On Capitol Hill on Tuesday, another top U.S. general cautioned that military action would “just delay” Iran’s nuclear drive.

“I don’t see this going in the right direction until the full effect of the sanctions can accrue,” the head of Central Command, Gen. James Mattis, told the Senate Armed Services Committee. “Only the Iranian people can stop this program.”

There’s no indication that any of the remarks by Pentagon officials contradicted the advice the U.S. had been giving to Israel privately. However, they diverged from the public stance at that time of President Barack Obama, who insisted that the U.S. and Israel are “in lock step” on Iran.

Since then, Obama has moved closer to the Pentagon leaders’ remarks, making clear in speeches and interviews that he believes sanctions should be given time to work. The president has not embraced the “rational actor” formulation, and he has been careful to insist that he’s not trying to dictate how Israel should defend itself.

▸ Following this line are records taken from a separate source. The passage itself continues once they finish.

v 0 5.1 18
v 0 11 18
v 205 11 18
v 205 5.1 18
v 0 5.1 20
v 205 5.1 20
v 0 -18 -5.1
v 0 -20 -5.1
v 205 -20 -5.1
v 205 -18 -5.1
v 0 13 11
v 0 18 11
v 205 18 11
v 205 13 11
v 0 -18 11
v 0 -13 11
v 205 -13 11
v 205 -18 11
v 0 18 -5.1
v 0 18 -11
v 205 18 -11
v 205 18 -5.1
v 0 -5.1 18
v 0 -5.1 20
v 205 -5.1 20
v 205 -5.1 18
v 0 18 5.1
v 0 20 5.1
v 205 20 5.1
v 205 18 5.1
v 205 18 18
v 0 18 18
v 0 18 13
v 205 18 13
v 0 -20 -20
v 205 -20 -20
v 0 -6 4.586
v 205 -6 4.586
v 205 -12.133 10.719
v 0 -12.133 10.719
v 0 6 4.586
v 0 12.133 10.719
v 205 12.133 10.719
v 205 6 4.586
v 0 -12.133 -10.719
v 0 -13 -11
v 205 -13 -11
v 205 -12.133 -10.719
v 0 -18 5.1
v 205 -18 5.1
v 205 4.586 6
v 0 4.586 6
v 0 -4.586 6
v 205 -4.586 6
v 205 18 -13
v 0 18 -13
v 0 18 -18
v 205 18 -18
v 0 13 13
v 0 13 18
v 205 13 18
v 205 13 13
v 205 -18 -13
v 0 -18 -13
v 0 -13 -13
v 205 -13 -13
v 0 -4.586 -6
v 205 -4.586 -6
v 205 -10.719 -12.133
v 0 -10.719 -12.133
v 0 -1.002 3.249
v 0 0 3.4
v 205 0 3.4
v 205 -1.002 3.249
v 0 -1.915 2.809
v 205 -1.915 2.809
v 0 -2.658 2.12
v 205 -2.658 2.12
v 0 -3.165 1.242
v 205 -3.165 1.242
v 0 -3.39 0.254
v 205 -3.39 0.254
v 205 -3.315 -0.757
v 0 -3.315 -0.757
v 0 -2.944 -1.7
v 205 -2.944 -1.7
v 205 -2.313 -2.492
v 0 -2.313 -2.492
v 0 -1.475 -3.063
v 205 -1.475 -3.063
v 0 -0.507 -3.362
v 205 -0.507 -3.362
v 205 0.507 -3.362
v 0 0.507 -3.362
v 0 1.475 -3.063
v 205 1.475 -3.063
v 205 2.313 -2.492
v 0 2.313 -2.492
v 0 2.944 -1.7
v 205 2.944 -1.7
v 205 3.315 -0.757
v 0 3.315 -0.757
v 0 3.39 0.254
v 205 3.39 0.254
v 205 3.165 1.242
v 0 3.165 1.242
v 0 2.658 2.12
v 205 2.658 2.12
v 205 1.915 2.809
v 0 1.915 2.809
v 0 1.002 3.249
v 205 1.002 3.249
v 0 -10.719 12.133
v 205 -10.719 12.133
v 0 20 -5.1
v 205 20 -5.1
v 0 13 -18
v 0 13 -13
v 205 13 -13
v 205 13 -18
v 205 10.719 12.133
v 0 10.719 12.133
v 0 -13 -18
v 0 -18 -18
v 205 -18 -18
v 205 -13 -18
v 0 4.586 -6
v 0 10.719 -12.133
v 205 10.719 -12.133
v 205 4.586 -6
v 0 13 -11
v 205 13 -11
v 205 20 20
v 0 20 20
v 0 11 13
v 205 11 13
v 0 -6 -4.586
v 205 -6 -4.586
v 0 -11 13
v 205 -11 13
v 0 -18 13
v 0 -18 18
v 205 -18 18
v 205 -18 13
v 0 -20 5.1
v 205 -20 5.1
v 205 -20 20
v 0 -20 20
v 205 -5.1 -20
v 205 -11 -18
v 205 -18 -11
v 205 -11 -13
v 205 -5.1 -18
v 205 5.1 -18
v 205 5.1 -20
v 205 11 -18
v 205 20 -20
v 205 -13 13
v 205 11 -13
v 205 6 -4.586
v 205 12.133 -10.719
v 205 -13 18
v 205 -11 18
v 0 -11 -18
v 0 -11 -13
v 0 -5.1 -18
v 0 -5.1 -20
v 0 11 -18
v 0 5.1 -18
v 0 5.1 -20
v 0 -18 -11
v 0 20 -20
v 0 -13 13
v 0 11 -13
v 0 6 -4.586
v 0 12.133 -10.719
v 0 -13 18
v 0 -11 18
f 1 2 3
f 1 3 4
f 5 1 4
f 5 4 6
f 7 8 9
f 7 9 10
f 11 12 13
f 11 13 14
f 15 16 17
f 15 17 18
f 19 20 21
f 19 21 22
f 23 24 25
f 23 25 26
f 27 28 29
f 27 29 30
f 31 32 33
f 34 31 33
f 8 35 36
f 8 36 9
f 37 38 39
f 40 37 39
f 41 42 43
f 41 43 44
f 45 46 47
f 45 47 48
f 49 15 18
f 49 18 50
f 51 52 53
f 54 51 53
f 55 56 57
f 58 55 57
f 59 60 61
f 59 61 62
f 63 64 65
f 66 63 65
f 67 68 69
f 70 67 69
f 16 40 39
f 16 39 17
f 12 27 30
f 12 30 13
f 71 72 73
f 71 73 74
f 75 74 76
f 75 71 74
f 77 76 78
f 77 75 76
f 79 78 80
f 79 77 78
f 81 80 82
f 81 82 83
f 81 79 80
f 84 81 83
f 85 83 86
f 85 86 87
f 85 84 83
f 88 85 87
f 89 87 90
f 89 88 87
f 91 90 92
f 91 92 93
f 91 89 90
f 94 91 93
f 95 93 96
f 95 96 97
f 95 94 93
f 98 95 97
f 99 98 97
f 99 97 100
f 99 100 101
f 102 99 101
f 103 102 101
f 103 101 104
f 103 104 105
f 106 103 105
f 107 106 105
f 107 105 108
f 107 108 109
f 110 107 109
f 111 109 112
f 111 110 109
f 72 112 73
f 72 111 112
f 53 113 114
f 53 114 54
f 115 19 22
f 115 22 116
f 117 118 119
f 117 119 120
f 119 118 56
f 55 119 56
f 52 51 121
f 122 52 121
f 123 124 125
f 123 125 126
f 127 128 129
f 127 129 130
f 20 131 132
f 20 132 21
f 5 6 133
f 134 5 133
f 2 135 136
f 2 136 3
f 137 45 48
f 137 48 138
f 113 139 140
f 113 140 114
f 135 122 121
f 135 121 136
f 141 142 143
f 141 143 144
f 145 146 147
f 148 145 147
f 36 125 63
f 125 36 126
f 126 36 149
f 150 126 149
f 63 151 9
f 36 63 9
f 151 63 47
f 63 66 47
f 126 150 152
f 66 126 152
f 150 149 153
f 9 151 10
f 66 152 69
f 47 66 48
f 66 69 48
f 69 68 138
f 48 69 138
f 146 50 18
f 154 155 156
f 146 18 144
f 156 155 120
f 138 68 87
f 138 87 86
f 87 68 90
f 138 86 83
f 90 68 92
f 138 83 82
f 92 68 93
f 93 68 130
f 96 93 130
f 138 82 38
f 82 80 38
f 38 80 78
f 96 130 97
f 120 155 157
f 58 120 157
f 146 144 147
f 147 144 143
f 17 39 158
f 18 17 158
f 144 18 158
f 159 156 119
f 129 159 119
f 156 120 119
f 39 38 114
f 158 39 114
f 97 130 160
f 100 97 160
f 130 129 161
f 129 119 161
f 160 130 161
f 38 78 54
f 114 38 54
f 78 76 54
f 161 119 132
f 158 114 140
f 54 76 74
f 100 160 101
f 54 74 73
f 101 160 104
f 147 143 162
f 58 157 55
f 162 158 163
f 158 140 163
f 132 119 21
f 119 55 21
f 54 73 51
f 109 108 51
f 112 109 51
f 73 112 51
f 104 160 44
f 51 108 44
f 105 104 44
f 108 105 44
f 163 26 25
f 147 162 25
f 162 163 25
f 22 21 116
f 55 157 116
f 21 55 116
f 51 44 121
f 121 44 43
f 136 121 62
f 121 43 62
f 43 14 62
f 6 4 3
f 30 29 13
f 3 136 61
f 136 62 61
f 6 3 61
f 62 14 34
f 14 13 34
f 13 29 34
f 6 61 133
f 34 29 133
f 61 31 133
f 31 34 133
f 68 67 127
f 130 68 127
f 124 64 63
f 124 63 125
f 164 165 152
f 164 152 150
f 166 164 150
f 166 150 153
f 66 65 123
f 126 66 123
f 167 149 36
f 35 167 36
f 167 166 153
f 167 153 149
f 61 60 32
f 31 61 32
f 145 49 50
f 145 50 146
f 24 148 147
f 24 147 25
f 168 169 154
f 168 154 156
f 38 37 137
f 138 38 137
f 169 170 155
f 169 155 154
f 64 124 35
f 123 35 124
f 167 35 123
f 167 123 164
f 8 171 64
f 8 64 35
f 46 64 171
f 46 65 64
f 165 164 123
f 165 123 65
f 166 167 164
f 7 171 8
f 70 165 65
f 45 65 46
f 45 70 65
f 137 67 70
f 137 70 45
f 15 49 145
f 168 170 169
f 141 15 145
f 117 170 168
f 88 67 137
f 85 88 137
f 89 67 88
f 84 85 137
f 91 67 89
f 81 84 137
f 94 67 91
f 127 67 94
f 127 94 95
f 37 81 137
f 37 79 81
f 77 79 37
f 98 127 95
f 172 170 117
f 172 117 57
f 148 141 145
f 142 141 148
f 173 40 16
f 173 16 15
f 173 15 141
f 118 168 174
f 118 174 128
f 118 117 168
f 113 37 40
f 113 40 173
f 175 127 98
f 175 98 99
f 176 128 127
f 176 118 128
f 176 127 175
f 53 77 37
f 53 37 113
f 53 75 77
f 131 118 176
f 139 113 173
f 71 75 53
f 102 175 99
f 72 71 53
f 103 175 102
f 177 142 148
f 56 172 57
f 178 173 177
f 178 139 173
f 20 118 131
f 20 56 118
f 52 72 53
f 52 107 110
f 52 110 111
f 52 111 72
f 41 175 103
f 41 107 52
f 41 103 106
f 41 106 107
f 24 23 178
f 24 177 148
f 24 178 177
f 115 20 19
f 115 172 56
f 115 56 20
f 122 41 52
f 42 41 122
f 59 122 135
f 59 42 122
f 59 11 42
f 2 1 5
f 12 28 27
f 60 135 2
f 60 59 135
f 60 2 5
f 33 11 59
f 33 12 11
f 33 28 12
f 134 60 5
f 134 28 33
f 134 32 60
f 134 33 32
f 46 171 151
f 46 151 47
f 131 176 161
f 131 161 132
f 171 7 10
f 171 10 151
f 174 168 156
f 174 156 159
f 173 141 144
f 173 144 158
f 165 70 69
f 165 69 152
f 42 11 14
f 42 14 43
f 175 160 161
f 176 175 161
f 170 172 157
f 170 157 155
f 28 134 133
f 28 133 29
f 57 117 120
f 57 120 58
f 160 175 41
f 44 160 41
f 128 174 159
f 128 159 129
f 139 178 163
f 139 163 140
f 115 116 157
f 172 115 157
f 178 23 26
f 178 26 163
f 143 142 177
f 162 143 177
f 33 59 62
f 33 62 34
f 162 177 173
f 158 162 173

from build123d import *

# Parameters (mm, degrees)
SKETCH_1_R      = 3.4
SKETCH_1_W      = 5
SKETCH_1_H      = 5
EXTRUDE_1_DEPTH = 205


with BuildPart() as part:
    # 草图1 → 凸台-拉伸1 (new body)
    with BuildSketch(Plane(origin=(0, 0, 0), x_dir=(0, 0, -1), z_dir=(1, 0, 0))):
        Polygon((0, 6), (4.585786438, 6), (10.718811909, 12.133025471), (11, 13), (11, 18), (5.1, 18), (5.1, 20), (20, 20), (20, 5.1), (18, 5.1), (18, 11), (13, 11), (12.133025471, 10.718811909), (6, 4.585786438), (6, 0), (6, -4.585786438), (12.133025471, -10.718811909), (13, -11), (18, -11), (18, -5.1), (20, -5.1), (20, -20), (5.1, -20), (5.1, -18), (11, -18), (11, -13), (10.718811909, -12.133025471), (4.585786438, -6), (0, -6), (-4.585786438, -6), (-10.718811909, -12.133025471), (-11, -13), (-11, -18), (-5.1, -18), (-5.1, -20), (-20, -20), (-20, -5.1), (-18, -5.1), (-18, -11), (-13, -11), (-12.133025471, -10.718811909), (-6, -4.585786438), (-6, 0), (-6, 4.585786438), (-12.133025471, 10.718811909), (-13, 11), (-18, 11), (-18, 5.1), (-20, 5.1), (-20, 20), (-5.1, 20), (-5.1, 18), (-11, 18), (-11, 13), (-10.718811909, 12.133025471), (-4.585786438, 6), align=None)
        with Locations(Location((0, 0, 0), (0, 0, 180))):
            Circle(SKETCH_1_R, mode=Mode.SUBTRACT)
        with Locations((15.5, -15.5)):
            Rectangle(SKETCH_1_W, SKETCH_1_H, mode=Mode.SUBTRACT)
        with Locations((15.5, 15.5)):
            Rectangle(SKETCH_1_W, SKETCH_1_H, mode=Mode.SUBTRACT)
        with Locations((-15.5, -15.5)):
            Rectangle(SKETCH_1_W, SKETCH_1_H, mode=Mode.SUBTRACT)
        with Locations((-15.5, 15.5)):
            Rectangle(SKETCH_1_W, SKETCH_1_H, mode=Mode.SUBTRACT)
    extrude(amount=EXTRUDE_1_DEPTH)


solid = part.part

“It is deeply in everybody’s interests — the United States, Israel and the world’s — to see if this can be resolved in a peaceful fashion,” Obama said at a news conference Tuesday. “So this notion that somehow we have a choice to make in the next week or two weeks, or month or two months, is not borne out by the facts.”

Pentagon press secretary George Little told POLITICO, “The secretary’s public comments on these matters have been clear and consistent over time. He’s affirmed the U.S. commitment to the security of Israel and has also said that the Iranians cannot be allowed to have a nuclear weapon.”

In his speech to AIPAC, Panetta tried hard to win the audience’s trust, describing himself as a “lifelong friend of Israel” and recounting stories of saying Jewish prayers with Sen. Chuck Schumer (D-N.Y.) when they shared a Washington home. Panetta, who met with Netanyahu on Monday, also went out of his way to describe his chumminess with Israeli officials.

“I can tell you, after our operation to get [Osama] bin Laden, the first congratulations I got were from my buddies in Mossad,” Panetta said.

He emphasized his close relationship with Israeli Defense Minister Ehud Barak even as he acknowledged some disagreements. “There is no minister of defense that I have met with more regularly or consulted more often,” Panetta said. “We talk. We argue. We eat. We are family,” he said to laughter from the crowd.